### DESCRIPTION OF THE TASK
Once you reach the line containing "# Sketch → Pad (new body)" in the entries below, write out that line and each one after it down to the line containing "Line((22, -10.225), (19.47946, -10.225))", exactly and with nothing added.
*** Opening RECORDS SHOWN ***
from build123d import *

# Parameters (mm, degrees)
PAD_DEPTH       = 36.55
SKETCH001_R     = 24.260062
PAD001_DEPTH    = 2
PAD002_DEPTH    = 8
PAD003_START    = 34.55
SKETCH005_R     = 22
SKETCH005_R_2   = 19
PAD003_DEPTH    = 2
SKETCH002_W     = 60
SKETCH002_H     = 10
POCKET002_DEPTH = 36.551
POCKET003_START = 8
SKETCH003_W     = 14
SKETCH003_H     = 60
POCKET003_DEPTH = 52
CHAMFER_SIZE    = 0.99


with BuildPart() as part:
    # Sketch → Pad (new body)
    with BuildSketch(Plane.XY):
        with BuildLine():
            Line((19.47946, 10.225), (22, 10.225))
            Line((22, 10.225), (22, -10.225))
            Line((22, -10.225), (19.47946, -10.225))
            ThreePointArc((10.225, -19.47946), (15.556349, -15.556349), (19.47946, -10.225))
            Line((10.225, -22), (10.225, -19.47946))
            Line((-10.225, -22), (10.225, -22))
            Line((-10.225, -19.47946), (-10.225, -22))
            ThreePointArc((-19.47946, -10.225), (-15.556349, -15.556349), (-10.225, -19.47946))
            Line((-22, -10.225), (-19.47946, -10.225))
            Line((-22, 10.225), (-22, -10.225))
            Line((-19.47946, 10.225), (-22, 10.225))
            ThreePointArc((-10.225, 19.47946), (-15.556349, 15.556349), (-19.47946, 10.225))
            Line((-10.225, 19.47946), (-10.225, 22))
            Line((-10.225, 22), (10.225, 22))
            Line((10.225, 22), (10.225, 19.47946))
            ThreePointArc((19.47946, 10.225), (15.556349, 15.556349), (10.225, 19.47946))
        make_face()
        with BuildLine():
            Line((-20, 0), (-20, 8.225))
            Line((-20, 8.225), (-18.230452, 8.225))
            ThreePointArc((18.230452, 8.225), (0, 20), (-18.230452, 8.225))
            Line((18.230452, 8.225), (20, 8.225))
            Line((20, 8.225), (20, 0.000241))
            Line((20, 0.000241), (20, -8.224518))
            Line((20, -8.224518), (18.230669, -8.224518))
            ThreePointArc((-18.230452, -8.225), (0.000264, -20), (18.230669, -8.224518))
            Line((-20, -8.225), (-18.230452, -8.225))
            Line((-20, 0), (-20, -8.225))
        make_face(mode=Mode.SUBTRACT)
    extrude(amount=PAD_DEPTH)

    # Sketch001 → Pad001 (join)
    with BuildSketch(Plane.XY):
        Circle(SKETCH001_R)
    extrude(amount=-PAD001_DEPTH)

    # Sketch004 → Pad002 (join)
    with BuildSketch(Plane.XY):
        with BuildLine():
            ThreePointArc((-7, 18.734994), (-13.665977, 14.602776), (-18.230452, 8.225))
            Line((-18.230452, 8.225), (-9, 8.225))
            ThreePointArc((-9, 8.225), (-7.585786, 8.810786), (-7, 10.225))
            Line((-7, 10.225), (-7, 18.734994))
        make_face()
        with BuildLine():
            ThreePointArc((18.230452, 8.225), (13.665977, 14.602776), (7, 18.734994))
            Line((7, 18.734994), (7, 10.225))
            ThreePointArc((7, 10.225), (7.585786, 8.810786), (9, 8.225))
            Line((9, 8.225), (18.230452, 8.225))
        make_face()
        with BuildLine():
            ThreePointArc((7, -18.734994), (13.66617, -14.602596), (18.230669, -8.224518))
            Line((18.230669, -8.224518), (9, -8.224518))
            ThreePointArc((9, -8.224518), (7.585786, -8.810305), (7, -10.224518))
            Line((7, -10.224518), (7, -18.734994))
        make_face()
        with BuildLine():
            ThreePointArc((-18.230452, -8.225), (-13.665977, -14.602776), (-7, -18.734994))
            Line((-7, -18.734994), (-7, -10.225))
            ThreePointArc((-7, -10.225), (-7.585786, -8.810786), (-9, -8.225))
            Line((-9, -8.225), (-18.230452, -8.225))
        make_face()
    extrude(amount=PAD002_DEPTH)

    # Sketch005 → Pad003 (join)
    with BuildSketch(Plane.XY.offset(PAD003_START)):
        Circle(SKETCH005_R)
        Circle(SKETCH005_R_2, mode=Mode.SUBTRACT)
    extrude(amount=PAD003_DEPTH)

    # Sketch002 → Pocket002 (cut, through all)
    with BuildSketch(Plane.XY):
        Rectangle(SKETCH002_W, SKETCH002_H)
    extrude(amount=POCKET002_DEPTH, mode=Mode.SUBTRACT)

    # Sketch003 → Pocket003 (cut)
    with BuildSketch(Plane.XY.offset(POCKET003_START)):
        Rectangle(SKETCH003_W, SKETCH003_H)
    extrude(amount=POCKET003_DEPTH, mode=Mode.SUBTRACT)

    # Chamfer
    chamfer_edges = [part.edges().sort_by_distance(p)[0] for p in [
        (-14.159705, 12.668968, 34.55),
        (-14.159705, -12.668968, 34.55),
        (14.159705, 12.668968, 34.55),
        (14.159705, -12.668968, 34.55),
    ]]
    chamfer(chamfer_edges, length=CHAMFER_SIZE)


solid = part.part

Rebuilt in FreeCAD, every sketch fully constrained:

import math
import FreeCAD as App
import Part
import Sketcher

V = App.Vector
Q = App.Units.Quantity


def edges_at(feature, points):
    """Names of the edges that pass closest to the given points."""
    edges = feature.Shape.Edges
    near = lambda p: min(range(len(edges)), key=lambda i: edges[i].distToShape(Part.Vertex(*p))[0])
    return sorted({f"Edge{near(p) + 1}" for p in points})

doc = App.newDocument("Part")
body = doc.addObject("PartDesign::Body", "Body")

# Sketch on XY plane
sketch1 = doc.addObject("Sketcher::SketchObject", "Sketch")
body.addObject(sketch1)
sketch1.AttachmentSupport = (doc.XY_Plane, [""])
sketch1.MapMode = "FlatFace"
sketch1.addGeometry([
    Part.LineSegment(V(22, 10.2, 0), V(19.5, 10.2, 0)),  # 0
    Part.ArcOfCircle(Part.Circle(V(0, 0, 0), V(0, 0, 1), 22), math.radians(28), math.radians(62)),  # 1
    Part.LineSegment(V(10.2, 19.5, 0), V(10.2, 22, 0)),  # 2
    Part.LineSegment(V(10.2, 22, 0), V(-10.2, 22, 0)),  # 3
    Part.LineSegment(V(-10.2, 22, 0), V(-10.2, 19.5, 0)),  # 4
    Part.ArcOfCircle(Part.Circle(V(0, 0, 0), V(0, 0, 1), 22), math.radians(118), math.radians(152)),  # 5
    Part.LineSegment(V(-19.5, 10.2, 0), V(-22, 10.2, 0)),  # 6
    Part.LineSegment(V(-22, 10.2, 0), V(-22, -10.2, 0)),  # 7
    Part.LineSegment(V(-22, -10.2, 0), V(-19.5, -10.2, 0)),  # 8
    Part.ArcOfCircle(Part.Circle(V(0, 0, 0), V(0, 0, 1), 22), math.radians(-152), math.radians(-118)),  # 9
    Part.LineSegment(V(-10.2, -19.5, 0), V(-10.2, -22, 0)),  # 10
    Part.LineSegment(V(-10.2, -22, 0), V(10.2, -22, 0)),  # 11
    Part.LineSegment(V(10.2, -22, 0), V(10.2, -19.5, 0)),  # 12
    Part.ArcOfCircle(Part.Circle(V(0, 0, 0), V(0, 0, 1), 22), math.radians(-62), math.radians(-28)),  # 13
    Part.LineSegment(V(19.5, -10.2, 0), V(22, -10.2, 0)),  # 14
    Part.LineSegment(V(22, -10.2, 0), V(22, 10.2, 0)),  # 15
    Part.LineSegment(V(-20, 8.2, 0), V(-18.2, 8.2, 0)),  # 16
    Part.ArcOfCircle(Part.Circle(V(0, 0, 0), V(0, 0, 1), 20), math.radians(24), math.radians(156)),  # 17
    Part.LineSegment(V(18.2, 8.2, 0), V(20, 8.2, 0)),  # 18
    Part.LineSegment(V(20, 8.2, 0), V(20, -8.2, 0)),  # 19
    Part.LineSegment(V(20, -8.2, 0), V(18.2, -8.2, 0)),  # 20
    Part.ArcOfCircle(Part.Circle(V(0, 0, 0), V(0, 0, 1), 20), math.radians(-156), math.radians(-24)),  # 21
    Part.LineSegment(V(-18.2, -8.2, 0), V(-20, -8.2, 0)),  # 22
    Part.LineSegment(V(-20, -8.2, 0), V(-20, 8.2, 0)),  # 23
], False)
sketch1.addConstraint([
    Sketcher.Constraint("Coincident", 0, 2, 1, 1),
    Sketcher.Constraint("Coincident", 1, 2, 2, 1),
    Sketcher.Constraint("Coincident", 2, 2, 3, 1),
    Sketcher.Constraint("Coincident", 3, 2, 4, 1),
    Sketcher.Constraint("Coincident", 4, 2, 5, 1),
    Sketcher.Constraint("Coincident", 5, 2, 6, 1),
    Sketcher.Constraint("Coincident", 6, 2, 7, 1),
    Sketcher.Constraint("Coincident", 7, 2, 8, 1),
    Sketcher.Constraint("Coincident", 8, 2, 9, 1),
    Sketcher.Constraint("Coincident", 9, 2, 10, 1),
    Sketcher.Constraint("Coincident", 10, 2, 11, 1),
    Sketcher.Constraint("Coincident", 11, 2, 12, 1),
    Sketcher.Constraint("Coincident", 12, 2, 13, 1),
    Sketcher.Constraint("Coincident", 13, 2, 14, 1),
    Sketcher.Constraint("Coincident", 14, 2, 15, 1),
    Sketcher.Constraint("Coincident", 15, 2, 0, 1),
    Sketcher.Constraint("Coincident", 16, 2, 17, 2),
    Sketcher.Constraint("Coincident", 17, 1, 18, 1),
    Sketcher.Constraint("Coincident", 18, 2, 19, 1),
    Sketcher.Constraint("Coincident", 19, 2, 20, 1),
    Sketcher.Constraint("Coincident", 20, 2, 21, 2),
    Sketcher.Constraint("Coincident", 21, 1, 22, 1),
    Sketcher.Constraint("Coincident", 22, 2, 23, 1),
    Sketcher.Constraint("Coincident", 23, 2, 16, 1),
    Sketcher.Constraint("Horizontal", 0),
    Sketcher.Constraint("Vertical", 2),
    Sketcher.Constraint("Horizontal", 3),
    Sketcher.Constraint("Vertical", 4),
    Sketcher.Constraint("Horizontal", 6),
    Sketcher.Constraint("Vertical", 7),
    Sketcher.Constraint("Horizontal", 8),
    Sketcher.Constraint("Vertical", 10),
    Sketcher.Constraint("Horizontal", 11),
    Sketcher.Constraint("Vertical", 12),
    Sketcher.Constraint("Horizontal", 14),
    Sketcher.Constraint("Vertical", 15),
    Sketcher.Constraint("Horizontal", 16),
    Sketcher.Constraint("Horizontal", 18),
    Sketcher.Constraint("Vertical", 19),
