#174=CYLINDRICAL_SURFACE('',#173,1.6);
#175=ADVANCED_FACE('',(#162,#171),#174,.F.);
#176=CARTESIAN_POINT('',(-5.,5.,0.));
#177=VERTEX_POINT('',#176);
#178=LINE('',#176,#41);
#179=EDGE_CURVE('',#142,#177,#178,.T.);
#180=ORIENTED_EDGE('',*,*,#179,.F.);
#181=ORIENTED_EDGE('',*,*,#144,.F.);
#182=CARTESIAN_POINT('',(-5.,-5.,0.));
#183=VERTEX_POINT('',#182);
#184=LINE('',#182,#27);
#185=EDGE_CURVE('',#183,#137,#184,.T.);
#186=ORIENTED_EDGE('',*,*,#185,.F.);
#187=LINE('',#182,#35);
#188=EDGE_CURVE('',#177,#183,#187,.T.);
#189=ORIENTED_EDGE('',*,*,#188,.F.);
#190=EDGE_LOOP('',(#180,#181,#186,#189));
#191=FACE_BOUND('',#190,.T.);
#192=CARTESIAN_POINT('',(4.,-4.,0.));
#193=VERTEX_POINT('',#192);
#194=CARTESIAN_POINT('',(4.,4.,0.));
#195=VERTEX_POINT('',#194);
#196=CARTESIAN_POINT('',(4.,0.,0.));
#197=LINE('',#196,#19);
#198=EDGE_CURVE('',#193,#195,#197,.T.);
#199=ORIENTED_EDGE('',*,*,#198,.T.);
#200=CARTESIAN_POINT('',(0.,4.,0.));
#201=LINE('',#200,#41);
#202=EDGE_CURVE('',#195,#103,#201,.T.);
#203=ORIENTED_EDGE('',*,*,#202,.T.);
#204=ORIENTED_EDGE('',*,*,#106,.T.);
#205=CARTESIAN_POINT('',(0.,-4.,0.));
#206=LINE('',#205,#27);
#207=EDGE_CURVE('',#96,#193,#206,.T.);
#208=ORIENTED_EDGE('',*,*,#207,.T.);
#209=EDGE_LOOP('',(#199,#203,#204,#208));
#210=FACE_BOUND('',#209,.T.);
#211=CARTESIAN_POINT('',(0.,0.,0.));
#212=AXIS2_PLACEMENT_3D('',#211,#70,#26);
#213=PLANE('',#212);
*** Closing RECORDS SHOWN ***
### EXERCISE RESULT
    # Sketch → Pad (new body)
    with BuildSketch(Plane.XY):
        with BuildLine():
            Line((19.47946, 10.225), (22, 10.225))
            Line((22, 10.225), (22, -10.225))
            Line((22, -10.225), (19.47946, -10.225))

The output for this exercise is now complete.